■ **RECORD EXCERPTS**
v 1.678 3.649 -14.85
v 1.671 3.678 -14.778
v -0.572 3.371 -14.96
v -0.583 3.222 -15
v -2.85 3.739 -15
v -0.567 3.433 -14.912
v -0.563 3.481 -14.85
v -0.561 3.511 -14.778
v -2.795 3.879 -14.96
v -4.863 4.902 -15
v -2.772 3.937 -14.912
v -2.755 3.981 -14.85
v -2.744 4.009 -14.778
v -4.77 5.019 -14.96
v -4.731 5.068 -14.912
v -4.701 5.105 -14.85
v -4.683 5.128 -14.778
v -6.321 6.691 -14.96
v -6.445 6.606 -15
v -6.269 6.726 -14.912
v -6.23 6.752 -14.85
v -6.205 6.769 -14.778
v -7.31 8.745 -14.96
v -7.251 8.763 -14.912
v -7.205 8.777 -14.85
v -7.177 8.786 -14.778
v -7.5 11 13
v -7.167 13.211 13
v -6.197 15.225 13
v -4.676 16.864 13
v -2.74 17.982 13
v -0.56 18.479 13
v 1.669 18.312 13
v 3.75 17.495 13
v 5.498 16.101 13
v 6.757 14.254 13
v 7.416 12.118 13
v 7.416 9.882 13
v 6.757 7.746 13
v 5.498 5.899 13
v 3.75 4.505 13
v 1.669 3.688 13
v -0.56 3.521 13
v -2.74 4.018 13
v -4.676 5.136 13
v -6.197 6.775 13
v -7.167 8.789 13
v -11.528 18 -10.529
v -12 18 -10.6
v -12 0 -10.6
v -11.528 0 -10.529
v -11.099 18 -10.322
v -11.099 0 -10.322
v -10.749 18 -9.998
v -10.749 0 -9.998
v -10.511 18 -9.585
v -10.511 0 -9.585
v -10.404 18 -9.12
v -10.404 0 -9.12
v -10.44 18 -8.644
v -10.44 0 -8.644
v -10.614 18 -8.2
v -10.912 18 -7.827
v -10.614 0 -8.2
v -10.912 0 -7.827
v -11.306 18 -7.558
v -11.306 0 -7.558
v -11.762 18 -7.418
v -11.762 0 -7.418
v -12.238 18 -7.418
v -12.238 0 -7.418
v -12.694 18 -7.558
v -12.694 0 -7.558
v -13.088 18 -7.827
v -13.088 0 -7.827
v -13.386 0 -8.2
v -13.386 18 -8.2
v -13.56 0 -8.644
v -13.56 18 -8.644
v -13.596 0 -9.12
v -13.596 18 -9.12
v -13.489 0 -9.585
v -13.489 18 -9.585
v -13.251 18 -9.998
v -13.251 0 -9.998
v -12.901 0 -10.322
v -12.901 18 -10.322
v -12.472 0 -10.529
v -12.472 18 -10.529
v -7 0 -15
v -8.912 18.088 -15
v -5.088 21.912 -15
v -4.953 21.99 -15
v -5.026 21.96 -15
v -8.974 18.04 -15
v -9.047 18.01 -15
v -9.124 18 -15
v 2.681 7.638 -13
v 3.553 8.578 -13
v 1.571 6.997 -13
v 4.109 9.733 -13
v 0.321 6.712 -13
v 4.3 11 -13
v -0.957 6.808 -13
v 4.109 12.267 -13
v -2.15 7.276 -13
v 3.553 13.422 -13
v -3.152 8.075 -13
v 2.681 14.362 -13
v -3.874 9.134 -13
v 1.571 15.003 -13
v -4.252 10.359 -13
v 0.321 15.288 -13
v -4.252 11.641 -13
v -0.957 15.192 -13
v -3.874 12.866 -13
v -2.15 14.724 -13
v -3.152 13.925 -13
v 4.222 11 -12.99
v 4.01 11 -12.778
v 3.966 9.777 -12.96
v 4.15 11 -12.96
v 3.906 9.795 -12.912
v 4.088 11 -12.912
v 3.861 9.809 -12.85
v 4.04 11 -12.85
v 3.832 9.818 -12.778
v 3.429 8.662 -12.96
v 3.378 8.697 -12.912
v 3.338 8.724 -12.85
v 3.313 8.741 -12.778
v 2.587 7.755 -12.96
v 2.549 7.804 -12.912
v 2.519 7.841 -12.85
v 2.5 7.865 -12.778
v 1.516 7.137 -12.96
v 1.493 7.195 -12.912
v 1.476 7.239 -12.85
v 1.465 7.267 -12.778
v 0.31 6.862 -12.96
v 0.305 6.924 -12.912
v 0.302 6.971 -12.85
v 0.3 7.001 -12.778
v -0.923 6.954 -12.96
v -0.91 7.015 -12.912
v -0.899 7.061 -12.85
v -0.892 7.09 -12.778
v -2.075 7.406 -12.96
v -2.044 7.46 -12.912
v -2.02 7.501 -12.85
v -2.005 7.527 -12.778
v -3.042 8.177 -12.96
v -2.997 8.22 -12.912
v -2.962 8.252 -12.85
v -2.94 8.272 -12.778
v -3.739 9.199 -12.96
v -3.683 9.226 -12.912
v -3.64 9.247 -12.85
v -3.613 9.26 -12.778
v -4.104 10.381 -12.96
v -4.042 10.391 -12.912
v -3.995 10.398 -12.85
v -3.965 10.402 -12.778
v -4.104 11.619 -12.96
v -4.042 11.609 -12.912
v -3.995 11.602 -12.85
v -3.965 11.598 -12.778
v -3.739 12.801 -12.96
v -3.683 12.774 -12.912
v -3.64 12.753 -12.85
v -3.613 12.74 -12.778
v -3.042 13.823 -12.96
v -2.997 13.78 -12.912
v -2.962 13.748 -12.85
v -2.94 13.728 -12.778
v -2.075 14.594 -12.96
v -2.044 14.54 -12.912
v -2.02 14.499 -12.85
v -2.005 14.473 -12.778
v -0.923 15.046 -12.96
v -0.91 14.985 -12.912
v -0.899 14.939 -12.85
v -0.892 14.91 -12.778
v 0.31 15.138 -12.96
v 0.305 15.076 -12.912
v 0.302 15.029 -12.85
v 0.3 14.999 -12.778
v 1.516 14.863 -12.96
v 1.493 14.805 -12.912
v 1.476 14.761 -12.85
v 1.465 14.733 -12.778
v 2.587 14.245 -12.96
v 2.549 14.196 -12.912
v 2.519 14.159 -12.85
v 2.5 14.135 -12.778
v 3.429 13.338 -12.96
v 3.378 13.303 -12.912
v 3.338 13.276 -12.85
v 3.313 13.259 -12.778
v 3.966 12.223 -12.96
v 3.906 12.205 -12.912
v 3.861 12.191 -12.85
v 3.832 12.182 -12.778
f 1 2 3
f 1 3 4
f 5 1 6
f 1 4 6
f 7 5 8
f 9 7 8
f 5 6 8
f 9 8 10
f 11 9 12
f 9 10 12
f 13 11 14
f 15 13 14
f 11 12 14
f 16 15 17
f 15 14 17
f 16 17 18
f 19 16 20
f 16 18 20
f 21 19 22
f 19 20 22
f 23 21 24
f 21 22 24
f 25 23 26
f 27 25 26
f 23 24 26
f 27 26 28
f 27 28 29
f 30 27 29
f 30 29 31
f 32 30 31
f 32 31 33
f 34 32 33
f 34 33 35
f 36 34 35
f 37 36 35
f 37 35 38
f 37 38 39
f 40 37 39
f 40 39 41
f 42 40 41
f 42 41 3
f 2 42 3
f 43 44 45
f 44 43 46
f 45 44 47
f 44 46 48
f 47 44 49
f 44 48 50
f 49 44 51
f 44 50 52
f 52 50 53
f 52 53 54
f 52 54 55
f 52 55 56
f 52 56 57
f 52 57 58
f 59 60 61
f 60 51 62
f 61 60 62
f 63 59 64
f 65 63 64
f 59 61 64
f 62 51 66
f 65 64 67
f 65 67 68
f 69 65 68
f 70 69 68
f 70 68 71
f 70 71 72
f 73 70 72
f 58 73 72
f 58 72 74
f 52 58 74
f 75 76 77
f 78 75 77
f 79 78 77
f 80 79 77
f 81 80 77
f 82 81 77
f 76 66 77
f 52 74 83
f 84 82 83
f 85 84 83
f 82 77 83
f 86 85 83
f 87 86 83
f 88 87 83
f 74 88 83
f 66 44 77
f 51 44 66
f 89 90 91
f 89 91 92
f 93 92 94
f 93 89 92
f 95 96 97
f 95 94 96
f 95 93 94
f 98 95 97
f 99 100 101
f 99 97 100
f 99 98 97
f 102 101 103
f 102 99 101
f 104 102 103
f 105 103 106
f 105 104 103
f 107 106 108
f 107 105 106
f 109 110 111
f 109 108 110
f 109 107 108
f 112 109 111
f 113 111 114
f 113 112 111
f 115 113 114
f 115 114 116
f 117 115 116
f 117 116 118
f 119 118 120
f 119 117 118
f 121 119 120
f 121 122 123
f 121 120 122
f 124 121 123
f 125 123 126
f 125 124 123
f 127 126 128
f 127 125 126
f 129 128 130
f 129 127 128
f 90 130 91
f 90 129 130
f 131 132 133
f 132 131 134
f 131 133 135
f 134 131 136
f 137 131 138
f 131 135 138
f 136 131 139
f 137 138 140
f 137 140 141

■ **TASK INSTRUCTIONS**
Working from the material above, retype exactly the lines from the one with "v 4.222 11 -12.99" through the one with "v -3.739 12.801 -12.96", both included, and only those lines.

■ **OUTPUT BELOW**
v 4.222 11 -12.99
v 4.01 11 -12.778
v 3.966 9.777 -12.96
v 4.15 11 -12.96
v 3.906 9.795 -12.912
v 4.088 11 -12.912
v 3.861 9.809 -12.85
v 4.04 11 -12.85
v 3.832 9.818 -12.778
v 3.429 8.662 -12.96
v 3.378 8.697 -12.912
v 3.338 8.724 -12.85
v 3.313 8.741 -12.778
v 2.587 7.755 -12.96
v 2.549 7.804 -12.912
v 2.519 7.841 -12.85
v 2.5 7.865 -12.778
v 1.516 7.137 -12.96
v 1.493 7.195 -12.912
v 1.476 7.239 -12.85
v 1.465 7.267 -12.778
v 0.31 6.862 -12.96
v 0.305 6.924 -12.912
v 0.302 6.971 -12.85
v 0.3 7.001 -12.778
v -0.923 6.954 -12.96
v -0.91 7.015 -12.912
v -0.899 7.061 -12.85
v -0.892 7.09 -12.778
v -2.075 7.406 -12.96
v -2.044 7.46 -12.912
v -2.02 7.501 -12.85
v -2.005 7.527 -12.778
v -3.042 8.177 -12.96
v -2.997 8.22 -12.912
v -2.962 8.252 -12.85
v -2.94 8.272 -12.778
v -3.739 9.199 -12.96
v -3.683 9.226 -12.912
v -3.64 9.247 -12.85
v -3.613 9.26 -12.778
v -4.104 10.381 -12.96
v -4.042 10.391 -12.912
v -3.995 10.398 -12.85
v -3.965 10.402 -12.778
v -4.104 11.619 -12.96
v -4.042 11.609 -12.912
v -3.995 11.602 -12.85
v -3.965 11.598 -12.778
v -3.739 12.801 -12.96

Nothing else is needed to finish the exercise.